● Task to complete
Transcribe the records below exactly, from their first line through the line containing "# Sketch5 →". Omit every line after it.

Stored data:
***

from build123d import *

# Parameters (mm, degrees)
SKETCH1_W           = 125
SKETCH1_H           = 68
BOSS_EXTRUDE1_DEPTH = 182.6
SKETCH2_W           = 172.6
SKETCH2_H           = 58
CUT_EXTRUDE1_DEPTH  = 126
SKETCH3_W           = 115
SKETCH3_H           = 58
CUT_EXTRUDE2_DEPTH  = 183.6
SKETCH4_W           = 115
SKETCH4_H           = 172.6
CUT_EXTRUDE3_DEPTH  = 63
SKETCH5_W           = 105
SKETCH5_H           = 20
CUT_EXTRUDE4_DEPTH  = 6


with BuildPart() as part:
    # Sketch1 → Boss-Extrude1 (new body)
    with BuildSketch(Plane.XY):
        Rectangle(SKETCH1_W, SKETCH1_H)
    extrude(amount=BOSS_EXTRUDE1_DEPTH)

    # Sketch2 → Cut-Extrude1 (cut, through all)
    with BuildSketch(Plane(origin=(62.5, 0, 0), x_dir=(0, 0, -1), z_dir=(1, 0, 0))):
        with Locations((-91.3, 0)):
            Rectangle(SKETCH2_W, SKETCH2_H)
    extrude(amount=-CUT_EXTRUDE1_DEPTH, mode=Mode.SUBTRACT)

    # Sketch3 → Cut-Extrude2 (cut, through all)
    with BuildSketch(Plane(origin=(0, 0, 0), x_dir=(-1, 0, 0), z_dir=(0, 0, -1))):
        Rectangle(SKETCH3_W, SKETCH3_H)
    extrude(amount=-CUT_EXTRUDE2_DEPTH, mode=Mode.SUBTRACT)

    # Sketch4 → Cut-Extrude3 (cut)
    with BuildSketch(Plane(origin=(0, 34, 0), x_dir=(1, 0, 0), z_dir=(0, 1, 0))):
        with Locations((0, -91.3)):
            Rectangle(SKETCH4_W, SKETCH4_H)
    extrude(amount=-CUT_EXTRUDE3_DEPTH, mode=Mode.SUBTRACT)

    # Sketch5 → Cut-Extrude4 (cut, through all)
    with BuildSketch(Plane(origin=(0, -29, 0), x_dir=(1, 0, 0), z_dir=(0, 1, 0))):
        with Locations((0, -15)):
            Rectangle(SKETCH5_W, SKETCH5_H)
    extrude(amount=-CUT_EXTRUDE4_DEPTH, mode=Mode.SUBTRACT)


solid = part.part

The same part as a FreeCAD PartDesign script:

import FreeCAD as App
import Part
import Sketcher
from FreeCAD import Vector
Q = App.Units.Quantity


def add_polygon(sketch, points):
    """Adds a closed chain of lines whose ends are joined by coincident constraints."""
    first, n = sketch.GeometryCount, len(points)
    for a, b in zip(points, points[1:] + points[:1]):
        sketch.addGeometry(Part.LineSegment(App.Vector(*a, 0), App.Vector(*b, 0)), False)
    for i in range(n):
        sketch.addConstraint(Sketcher.Constraint("Coincident", first + i, 2, first + (i + 1) % n, 1))

doc = App.newDocument("Part")
body = doc.addObject("PartDesign::Body", "Body")

# Sketch on XY plane
sketch1 = body.newObject("Sketcher::SketchObject", "Sketch")
sketch1.AttachmentSupport = (doc.getObject("XY_Plane"), [""])
sketch1.MapMode = "FlatFace"
add_polygon(sketch1, [(-62.5, 34), (-62.5, -34), (62.5, -34), (62.5, 34)])  # lines 0-3
sketch1.addConstraint([
    Sketcher.Constraint("Vertical", 0),
    Sketcher.Constraint("Horizontal", 1),
    Sketcher.Constraint("Vertical", 2),
    Sketcher.Constraint("Horizontal", 3),
    Sketcher.Constraint("Symmetric", 0, 2, 2, 2, -1, 1),
    Sketcher.Constraint("DistanceX", 1, 1, 1, 2, Q("125 mm")),
    Sketcher.Constraint("DistanceY", 0, 2, 0, 1, Q("68 mm")),
])
pad1 = body.newObject("PartDesign::Pad", "Pad")
pad1.Profile = sketch1
pad1.Length = 182.6

# Sketch on YZ plane
sketch2 = body.newObject("Sketcher::SketchObject", "Sketch001")
sketch2.AttachmentSupport = (doc.getObject("YZ_Plane"), [""])
sketch2.MapMode = "FlatFace"
sketch2.AttachmentOffset = App.Placement(Vector(0, 0, 62.5), App.Rotation())
add_polygon(sketch2, [(29, 177.6), (-29, 177.6), (-29, 5), (29, 5)])  # lines 0-3
sketch2.addConstraint([
    Sketcher.Constraint("Horizontal", 0),
    Sketcher.Constraint("Vertical", 1),
    Sketcher.Constraint("Horizontal", 2),
    Sketcher.Constraint("Vertical", 3),
    Sketcher.Constraint("DistanceX", 0, 2, 0, 1, Q("58 mm")),
    Sketcher.Constraint("DistanceY", 1, 2, 1, 1, Q("172.6 mm")),
    Sketcher.Constraint("DistanceX", 0, 2, -1, 1, Q("29 mm")),
    Sketcher.Constraint("DistanceY", -1, 1, 1, 2, Q("5 mm")),
])
pocket1 = body.newObject("PartDesign::Pocket", "Pocket")
pocket1.Profile = sketch2
pocket1.Type = "ThroughAll"

# Sketch on XY plane
sketch3 = body.newObject("Sketcher::SketchObject", "Sketch002")
sketch3.AttachmentSupport = (doc.getObject("XY_Plane"), [""])
sketch3.MapMode = "FlatFace"
add_polygon(sketch3, [(57.5, 29), (57.5, -29), (-57.5, -29), (-57.5, 29)])  # lines 0-3
sketch3.addConstraint([
    Sketcher.Constraint("Vertical", 0),
    Sketcher.Constraint("Horizontal", 1),
    Sketcher.Constraint("Vertical", 2),
    Sketcher.Constraint("Horizontal", 3),
    Sketcher.Constraint("Symmetric", 0, 2, 2, 2, -1, 1),
    Sketcher.Constraint("DistanceX", 1, 2, 1, 1, Q("115 mm")),
    Sketcher.Constraint("DistanceY", 0, 2, 0, 1, Q("58 mm")),
])
pocket2 = body.newObject("PartDesign::Pocket", "Pocket001")
pocket2.Profile = sketch3
pocket2.Type = "ThroughAll"
pocket2.Reversed = True

# Sketch on XZ plane
sketch4 = body.newObject("Sketcher::SketchObject", "Sketch003")
sketch4.AttachmentSupport = (doc.getObject("XZ_Plane"), [""])
sketch4.MapMode = "FlatFace"
sketch4.AttachmentOffset = App.Placement(Vector(0, 0, -34), App.Rotation())
add_polygon(sketch4, [(-57.5, 5), (-57.5, 177.6), (57.5, 177.6), (57.5, 5)])  # lines 0-3
sketch4.addConstraint([
    Sketcher.Constraint("Vertical", 0),
    Sketcher.Constraint("Horizontal", 1),
    Sketcher.Constraint("Vertical", 2),
    Sketcher.Constraint("Horizontal", 3),
    Sketcher.Constraint("DistanceX", 1, 1, 1, 2, Q("115 mm")),
    Sketcher.Constraint("DistanceY", 0, 1, 0, 2, Q("172.6 mm")),
    Sketcher.Constraint("DistanceY", -1, 1, 2, 2, Q("5 mm")),
    Sketcher.Constraint("DistanceX", 0, 2, -1, 1, Q("57.5 mm")),
])
pocket3 = body.newObject("PartDesign::Pocket", "Pocket002")
pocket3.Profile = sketch4
pocket3.Length = 63
pocket3.Reversed = True

# Sketch on XZ plane
sketch5 = body.newObject("Sketcher::SketchObject", "Sketch004")
sketch5.AttachmentSupport = (doc.getObject("XZ_Plane"), [""])
sketch5.MapMode = "FlatFace"
sketch5.AttachmentOffset = App.Placement(Vector(0, 0, 29), App.Rotation())
add_polygon(sketch5, [(-52.5, 5), (-52.5, 25), (52.5, 25), (52.5, 5)])  # lines 0-3
sketch5.addConstraint([
    Sketcher.Constraint("Vertical", 0),
    Sketcher.Constraint("Horizontal", 1),
    Sketcher.Constraint("Vertical", 2),
    Sketcher.Constraint("Horizontal", 3),
    Sketcher.Constraint("DistanceX", 1, 1, 1, 2, Q("105 mm")),
    Sketcher.Constraint("DistanceY", 0, 1, 0, 2, Q("20 mm")),
    Sketcher.Constraint("DistanceY", -1, 1, 0, 2, Q("25 mm")),
    Sketcher.Constraint("DistanceX", 0, 2, -1, 1, Q("52.5 mm")),
])
pocket4 = body.newObject("PartDesign::Pocket", "Pocket003")
pocket4.Profile = sketch5
pocket4.Type = "ThroughAll"
pocket4.Reversed = True

doc.recompute()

***

● Your solution
from build123d import *

# Parameters (mm, degrees)
SKETCH1_W           = 125
SKETCH1_H           = 68
BOSS_EXTRUDE1_DEPTH = 182.6
SKETCH2_W           = 172.6
SKETCH2_H           = 58
CUT_EXTRUDE1_DEPTH  = 126
SKETCH3_W           = 115
SKETCH3_H           = 58
CUT_EXTRUDE2_DEPTH  = 183.6
SKETCH4_W           = 115
SKETCH4_H           = 172.6
CUT_EXTRUDE3_DEPTH  = 63
SKETCH5_W           = 105
SKETCH5_H           = 20
CUT_EXTRUDE4_DEPTH  = 6


with BuildPart() as part:
    # Sketch1 → Boss-Extrude1 (new body)
    with BuildSketch(Plane.XY):
        Rectangle(SKETCH1_W, SKETCH1_H)
    extrude(amount=BOSS_EXTRUDE1_DEPTH)

    # Sketch2 → Cut-Extrude1 (cut, through all)
    with BuildSketch(Plane(origin=(62.5, 0, 0), x_dir=(0, 0, -1), z_dir=(1, 0, 0))):
        with Locations((-91.3, 0)):
            Rectangle(SKETCH2_W, SKETCH2_H)
    extrude(amount=-CUT_EXTRUDE1_DEPTH, mode=Mode.SUBTRACT)

    # Sketch3 → Cut-Extrude2 (cut, through all)
    with BuildSketch(Plane(origin=(0, 0, 0), x_dir=(-1, 0, 0), z_dir=(0, 0, -1))):
        Rectangle(SKETCH3_W, SKETCH3_H)
    extrude(amount=-CUT_EXTRUDE2_DEPTH, mode=Mode.SUBTRACT)

    # Sketch4 → Cut-Extrude3 (cut)
    with BuildSketch(Plane(origin=(0, 34, 0), x_dir=(1, 0, 0), z_dir=(0, 1, 0))):
        with Locations((0, -91.3)):
            Rectangle(SKETCH4_W, SKETCH4_H)
    extrude(amount=-CUT_EXTRUDE3_DEPTH, mode=Mode.SUBTRACT)

    # Sketch5 → Cut-Extrude4 (cut, through all)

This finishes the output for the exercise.